Each line of the records that holds "VECTOR" should be shown in full.

=== Section Start ===

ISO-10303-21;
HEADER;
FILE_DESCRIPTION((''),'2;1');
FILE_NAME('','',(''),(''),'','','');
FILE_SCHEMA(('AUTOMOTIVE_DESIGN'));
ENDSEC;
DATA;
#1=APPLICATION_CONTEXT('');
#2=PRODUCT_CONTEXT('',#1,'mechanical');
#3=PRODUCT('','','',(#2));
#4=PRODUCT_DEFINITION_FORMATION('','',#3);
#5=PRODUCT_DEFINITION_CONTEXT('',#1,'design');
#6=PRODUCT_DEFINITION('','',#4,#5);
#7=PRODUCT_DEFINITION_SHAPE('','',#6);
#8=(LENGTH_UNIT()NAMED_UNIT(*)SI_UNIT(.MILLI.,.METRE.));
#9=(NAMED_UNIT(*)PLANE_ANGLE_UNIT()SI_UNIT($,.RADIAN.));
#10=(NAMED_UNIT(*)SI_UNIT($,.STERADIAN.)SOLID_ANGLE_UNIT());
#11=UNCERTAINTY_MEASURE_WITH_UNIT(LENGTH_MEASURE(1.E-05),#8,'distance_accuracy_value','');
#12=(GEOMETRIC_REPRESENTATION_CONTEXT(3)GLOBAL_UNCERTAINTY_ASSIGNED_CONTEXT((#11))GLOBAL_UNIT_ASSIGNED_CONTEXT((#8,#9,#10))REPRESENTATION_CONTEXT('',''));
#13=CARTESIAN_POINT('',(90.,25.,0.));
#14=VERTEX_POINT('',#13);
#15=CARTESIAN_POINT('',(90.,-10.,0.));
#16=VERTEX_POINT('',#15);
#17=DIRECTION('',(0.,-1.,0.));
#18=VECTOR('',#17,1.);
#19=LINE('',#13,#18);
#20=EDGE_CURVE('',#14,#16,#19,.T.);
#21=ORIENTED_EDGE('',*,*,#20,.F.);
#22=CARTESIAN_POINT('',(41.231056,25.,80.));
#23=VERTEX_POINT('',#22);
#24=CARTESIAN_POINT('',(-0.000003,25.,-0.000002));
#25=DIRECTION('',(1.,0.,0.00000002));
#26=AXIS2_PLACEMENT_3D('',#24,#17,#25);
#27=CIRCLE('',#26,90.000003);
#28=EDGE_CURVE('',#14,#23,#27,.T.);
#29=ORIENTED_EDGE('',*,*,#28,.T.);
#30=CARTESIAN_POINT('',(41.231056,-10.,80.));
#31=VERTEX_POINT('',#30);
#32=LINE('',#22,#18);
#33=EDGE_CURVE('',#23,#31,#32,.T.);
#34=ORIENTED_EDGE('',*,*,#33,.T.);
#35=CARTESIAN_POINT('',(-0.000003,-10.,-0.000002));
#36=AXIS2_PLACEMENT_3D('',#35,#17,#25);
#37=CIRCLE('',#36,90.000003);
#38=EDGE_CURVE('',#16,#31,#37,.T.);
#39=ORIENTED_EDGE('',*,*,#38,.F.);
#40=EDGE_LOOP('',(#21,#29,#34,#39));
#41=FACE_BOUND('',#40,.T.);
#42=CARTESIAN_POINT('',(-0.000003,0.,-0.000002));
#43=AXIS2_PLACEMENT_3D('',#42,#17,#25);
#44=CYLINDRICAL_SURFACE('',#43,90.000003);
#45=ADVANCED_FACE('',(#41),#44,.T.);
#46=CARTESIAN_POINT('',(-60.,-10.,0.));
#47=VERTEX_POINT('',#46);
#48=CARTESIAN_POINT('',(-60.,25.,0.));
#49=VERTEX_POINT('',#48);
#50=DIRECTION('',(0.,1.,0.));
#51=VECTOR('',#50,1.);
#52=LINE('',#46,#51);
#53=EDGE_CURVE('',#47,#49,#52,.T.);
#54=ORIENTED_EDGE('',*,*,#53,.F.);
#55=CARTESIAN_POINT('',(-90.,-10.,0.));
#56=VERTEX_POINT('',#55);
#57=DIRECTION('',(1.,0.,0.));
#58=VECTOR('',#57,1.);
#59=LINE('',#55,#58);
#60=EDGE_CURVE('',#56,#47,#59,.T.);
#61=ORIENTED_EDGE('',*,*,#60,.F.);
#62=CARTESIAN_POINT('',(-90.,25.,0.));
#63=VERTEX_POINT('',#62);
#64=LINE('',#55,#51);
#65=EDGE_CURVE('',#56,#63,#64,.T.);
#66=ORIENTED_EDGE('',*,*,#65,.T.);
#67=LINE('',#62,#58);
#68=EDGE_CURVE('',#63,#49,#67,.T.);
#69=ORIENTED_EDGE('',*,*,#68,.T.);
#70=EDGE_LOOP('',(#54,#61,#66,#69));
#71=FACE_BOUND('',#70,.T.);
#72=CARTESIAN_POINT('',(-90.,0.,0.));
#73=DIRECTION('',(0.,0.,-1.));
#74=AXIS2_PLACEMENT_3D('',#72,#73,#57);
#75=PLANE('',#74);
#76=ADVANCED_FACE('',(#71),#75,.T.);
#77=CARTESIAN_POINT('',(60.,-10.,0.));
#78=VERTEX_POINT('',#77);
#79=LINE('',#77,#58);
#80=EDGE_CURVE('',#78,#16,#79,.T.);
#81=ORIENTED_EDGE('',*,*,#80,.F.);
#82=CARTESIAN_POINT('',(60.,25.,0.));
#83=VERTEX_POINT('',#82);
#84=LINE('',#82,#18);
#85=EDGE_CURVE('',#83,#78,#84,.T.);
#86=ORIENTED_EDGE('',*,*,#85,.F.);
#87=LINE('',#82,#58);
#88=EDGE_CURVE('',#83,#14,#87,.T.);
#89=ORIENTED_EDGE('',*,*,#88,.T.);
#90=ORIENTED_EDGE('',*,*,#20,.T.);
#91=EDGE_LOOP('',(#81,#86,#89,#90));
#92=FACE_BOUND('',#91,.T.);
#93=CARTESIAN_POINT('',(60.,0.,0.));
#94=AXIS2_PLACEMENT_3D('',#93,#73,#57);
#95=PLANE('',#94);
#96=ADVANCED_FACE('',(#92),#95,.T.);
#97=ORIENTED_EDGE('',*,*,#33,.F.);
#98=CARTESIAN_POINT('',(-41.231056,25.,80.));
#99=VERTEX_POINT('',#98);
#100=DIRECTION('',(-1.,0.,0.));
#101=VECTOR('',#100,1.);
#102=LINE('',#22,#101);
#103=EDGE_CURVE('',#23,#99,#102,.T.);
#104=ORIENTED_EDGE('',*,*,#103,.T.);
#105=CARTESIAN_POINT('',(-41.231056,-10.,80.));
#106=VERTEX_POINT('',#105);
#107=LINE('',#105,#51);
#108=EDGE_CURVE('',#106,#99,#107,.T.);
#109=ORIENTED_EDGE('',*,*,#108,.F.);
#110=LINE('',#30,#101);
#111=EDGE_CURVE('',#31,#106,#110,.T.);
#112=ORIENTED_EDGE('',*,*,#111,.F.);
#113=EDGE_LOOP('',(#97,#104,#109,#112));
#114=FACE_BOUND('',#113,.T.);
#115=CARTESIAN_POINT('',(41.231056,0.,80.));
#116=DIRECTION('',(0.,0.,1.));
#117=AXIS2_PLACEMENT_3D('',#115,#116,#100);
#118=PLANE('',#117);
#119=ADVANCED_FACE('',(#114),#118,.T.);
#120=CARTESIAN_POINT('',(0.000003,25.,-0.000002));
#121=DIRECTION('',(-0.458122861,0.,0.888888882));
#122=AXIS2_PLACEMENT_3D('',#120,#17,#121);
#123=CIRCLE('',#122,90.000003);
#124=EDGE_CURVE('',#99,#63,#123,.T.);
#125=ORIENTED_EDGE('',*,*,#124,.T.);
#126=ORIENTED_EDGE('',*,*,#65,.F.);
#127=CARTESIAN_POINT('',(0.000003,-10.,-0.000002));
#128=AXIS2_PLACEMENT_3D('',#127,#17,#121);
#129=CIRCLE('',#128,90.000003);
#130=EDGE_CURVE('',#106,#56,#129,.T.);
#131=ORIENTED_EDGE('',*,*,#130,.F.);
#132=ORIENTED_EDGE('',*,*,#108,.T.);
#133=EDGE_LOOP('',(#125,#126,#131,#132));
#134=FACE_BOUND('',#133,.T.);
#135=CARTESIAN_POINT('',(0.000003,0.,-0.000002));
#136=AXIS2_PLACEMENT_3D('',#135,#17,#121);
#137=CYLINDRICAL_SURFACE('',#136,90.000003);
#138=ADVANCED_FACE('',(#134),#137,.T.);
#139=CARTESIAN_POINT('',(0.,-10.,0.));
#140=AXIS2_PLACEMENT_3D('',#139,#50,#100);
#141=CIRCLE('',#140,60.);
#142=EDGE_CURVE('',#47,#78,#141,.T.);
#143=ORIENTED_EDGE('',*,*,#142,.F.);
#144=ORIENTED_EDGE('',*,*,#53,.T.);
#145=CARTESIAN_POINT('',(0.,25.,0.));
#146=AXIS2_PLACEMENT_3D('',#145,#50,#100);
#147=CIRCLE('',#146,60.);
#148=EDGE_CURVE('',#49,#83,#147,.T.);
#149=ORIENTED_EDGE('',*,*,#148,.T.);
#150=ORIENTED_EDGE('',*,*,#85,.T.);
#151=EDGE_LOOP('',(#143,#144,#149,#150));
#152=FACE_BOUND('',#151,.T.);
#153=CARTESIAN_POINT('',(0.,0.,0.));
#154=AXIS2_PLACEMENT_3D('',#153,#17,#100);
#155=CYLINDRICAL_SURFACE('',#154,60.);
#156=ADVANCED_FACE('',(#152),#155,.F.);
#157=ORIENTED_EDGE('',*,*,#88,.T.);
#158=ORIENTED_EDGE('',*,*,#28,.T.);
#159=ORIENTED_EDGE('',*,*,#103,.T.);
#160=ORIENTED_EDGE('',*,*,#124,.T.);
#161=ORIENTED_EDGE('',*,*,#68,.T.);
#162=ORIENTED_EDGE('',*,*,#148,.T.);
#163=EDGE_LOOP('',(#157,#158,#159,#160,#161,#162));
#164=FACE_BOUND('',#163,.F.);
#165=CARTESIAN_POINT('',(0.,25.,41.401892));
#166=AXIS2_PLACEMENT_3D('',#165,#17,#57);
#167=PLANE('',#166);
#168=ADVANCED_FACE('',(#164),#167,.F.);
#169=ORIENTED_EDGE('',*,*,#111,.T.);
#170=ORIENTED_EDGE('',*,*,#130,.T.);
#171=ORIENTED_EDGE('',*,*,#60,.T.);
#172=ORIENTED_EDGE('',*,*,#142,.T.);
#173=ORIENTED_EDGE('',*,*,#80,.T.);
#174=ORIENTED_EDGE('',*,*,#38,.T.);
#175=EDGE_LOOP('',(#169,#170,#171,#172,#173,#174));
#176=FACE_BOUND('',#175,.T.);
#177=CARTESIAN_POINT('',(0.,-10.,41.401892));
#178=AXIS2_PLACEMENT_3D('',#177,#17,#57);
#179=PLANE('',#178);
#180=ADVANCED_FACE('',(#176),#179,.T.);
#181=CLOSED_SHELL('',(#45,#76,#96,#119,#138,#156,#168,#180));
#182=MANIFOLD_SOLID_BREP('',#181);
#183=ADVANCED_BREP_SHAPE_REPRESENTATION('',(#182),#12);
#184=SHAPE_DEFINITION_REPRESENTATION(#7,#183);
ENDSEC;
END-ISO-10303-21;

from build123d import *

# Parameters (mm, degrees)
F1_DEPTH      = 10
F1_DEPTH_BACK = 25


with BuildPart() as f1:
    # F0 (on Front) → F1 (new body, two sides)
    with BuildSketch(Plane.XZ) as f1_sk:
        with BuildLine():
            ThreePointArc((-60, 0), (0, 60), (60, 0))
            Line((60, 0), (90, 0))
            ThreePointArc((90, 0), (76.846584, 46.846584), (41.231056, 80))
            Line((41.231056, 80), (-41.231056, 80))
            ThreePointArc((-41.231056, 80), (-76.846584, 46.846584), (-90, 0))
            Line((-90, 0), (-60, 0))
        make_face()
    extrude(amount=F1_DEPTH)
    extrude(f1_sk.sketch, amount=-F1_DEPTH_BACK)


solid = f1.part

=== Section End ===
=== Section Start ===

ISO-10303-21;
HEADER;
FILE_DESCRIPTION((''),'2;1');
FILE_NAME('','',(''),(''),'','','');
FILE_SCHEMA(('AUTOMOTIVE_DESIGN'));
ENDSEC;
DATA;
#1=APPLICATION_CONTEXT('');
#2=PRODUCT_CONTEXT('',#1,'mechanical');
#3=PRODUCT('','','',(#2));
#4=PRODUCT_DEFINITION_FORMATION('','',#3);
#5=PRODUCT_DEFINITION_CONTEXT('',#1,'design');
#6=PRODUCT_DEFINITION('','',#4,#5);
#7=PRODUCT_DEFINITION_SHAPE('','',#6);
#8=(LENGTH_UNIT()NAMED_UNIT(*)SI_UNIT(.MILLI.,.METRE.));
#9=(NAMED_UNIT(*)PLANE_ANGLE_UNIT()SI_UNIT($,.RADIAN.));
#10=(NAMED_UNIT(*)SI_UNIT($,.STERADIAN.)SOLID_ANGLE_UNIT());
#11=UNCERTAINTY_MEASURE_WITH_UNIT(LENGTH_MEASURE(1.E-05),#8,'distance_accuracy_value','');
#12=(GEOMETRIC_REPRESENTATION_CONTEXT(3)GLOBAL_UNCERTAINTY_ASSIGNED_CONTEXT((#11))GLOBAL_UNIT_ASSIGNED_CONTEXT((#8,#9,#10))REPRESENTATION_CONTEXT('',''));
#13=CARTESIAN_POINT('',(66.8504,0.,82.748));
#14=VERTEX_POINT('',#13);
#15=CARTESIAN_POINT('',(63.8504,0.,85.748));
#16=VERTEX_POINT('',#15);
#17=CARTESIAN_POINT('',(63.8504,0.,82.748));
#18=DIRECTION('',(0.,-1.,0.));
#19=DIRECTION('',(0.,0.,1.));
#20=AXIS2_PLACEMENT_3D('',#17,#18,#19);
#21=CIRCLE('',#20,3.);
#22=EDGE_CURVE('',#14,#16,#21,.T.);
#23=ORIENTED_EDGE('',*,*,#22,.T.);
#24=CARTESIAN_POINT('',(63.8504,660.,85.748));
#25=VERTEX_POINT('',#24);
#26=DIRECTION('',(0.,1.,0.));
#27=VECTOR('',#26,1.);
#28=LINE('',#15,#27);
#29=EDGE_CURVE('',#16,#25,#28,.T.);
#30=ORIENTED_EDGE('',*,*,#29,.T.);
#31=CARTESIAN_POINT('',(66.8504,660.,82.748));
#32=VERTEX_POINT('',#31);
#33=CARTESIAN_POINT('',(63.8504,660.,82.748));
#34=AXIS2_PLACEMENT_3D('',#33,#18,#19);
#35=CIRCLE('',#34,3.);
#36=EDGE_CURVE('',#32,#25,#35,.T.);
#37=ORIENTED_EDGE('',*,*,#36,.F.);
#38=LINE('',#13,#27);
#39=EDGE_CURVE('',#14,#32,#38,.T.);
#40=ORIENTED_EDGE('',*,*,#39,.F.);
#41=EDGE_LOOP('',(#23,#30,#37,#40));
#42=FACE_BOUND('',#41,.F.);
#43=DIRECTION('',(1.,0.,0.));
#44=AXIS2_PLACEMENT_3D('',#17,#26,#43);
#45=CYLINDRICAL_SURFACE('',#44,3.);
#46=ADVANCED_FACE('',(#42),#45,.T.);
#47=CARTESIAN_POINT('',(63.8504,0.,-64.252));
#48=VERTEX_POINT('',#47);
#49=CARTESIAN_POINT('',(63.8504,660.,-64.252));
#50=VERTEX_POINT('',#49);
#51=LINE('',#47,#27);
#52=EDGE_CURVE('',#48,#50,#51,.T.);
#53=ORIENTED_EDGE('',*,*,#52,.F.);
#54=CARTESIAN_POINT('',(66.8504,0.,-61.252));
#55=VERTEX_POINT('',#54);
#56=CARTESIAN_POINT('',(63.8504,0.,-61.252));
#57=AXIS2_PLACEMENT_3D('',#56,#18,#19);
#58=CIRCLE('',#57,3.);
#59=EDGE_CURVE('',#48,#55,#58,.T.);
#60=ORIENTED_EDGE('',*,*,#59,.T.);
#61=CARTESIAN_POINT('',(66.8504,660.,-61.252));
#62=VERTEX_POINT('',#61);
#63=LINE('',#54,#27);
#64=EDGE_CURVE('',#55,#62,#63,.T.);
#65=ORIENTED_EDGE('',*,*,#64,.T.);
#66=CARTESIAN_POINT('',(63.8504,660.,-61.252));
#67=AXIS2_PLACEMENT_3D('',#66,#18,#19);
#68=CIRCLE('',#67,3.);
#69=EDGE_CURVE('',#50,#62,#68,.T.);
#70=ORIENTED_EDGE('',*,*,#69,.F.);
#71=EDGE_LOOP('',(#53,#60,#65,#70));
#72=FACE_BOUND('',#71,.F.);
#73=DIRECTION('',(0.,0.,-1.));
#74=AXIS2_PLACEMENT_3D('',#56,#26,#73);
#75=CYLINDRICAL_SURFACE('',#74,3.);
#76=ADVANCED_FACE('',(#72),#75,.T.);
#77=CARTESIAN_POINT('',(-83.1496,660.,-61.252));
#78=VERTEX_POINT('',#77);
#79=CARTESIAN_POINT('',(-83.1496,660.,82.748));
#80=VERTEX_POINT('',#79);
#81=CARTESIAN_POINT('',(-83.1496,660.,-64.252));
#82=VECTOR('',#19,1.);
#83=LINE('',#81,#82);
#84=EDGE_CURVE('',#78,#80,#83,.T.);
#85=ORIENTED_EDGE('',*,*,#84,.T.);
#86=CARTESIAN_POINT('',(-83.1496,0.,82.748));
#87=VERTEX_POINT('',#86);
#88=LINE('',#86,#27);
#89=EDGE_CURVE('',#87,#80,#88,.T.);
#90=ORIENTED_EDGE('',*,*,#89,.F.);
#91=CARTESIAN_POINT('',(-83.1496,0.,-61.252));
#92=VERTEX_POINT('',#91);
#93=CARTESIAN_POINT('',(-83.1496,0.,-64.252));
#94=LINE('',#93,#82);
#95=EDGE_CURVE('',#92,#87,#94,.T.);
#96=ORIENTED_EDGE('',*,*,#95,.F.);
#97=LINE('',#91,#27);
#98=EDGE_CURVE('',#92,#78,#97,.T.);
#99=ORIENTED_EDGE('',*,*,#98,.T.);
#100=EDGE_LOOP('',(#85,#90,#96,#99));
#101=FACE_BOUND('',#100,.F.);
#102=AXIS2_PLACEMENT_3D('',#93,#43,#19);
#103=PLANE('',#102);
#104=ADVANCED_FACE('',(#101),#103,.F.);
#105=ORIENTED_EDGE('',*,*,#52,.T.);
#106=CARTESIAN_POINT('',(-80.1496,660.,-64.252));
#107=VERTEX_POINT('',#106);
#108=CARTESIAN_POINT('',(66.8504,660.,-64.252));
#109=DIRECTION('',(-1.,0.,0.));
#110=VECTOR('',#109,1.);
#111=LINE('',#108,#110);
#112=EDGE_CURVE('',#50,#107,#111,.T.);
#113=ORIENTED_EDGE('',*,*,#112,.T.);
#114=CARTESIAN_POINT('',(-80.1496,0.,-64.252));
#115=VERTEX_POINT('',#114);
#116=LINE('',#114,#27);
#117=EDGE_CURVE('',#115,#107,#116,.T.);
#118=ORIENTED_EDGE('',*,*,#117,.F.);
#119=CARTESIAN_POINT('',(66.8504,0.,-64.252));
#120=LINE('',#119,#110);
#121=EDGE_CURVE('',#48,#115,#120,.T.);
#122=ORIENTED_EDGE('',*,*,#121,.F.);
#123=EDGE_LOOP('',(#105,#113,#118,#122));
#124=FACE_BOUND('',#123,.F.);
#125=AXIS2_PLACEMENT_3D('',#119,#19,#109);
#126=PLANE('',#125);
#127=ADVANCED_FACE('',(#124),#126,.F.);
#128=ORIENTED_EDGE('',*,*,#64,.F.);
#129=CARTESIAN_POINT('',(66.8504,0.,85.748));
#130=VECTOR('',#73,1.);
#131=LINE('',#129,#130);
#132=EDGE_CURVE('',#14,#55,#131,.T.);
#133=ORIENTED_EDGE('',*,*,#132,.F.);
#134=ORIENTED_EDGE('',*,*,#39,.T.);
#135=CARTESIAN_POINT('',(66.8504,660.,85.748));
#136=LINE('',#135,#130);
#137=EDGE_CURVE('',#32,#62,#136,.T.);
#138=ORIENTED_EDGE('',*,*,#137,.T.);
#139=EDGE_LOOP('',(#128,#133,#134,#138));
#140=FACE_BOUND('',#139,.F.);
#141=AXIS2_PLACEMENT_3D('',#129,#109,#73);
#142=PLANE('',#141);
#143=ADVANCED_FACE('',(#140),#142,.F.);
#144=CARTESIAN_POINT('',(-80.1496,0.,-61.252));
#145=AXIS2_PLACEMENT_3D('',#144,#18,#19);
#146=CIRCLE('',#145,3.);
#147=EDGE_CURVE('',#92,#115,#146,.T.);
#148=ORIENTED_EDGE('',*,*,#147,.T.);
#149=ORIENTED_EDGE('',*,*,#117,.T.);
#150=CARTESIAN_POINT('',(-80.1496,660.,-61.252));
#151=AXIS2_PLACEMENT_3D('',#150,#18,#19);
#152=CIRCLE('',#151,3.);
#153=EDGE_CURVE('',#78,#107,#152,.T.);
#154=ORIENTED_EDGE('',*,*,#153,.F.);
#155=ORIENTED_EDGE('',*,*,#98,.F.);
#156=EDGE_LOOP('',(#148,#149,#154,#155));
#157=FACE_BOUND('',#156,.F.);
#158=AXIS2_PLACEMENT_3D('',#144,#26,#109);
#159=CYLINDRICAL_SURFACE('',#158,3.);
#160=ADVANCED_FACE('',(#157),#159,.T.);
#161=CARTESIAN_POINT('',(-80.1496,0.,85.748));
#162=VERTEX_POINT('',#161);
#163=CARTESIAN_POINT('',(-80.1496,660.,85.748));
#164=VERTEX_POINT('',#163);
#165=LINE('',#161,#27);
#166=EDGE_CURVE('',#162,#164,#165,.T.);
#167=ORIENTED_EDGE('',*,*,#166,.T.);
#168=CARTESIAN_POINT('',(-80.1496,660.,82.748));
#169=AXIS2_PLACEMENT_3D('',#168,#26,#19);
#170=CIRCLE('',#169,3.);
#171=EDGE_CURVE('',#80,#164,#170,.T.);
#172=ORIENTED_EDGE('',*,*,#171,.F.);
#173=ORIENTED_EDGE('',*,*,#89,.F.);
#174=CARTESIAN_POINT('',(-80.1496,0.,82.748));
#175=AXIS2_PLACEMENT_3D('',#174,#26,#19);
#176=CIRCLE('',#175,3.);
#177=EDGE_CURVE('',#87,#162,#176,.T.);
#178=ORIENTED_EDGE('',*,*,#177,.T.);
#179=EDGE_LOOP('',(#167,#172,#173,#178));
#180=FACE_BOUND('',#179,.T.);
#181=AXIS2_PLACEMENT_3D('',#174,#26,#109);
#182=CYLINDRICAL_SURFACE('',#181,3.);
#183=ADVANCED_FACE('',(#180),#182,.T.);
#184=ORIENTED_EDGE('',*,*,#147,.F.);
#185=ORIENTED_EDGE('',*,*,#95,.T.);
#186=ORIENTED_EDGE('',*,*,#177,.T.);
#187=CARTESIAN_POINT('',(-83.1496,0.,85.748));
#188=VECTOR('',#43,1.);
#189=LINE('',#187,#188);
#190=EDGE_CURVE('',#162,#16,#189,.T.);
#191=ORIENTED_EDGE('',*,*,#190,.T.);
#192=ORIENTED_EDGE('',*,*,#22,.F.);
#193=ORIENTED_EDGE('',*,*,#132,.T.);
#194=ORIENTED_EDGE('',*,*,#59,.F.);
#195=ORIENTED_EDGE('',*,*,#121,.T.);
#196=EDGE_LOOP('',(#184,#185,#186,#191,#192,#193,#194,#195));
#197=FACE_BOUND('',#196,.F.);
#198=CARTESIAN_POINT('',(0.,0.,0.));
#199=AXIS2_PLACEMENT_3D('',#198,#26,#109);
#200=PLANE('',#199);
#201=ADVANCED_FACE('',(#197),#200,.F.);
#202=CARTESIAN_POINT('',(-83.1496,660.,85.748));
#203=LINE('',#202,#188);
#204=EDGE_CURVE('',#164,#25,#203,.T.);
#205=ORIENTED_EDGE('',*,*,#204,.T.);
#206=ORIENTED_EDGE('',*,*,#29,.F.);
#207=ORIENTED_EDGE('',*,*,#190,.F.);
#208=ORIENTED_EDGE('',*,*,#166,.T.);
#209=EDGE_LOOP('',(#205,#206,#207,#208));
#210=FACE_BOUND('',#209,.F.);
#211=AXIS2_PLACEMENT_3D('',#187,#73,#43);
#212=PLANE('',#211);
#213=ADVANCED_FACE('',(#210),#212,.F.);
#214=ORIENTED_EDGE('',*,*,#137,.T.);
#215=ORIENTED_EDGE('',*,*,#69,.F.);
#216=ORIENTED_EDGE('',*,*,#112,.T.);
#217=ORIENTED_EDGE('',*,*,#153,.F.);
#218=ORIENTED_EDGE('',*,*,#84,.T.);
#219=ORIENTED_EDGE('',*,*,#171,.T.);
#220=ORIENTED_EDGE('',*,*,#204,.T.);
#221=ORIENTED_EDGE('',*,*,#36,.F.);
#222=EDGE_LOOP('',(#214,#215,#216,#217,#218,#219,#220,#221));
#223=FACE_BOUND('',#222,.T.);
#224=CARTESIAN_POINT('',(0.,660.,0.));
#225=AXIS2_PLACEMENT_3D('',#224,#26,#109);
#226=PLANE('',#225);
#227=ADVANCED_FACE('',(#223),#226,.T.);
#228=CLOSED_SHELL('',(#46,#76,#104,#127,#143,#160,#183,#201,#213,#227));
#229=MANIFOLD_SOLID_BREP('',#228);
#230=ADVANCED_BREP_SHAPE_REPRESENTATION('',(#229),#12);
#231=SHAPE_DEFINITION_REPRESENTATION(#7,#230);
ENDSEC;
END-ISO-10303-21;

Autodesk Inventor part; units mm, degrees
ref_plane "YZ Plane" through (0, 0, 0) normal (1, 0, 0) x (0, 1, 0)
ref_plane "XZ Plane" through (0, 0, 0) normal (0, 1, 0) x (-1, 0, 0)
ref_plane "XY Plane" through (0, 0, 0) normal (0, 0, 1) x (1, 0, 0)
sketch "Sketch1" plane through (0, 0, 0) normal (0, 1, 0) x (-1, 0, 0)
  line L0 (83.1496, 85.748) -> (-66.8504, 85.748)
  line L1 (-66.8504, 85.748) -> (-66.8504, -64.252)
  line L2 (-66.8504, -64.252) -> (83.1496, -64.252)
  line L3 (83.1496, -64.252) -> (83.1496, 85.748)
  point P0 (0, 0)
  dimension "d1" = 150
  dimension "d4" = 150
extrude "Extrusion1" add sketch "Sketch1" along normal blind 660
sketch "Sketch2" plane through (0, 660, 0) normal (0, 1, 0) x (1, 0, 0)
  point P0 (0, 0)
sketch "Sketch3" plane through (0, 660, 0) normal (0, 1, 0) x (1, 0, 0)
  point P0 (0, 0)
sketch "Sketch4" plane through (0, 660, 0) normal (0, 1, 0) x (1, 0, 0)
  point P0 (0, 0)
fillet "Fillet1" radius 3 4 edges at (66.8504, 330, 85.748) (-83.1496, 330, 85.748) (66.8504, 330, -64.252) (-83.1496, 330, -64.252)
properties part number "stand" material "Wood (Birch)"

=== Section End ===

--- Task result ---
#18=VECTOR('',#17,1.);
#51=VECTOR('',#50,1.);
#58=VECTOR('',#57,1.);
#101=VECTOR('',#100,1.);
#27=VECTOR('',#26,1.);
#82=VECTOR('',#19,1.);
#110=VECTOR('',#109,1.);
#130=VECTOR('',#73,1.);
#188=VECTOR('',#43,1.);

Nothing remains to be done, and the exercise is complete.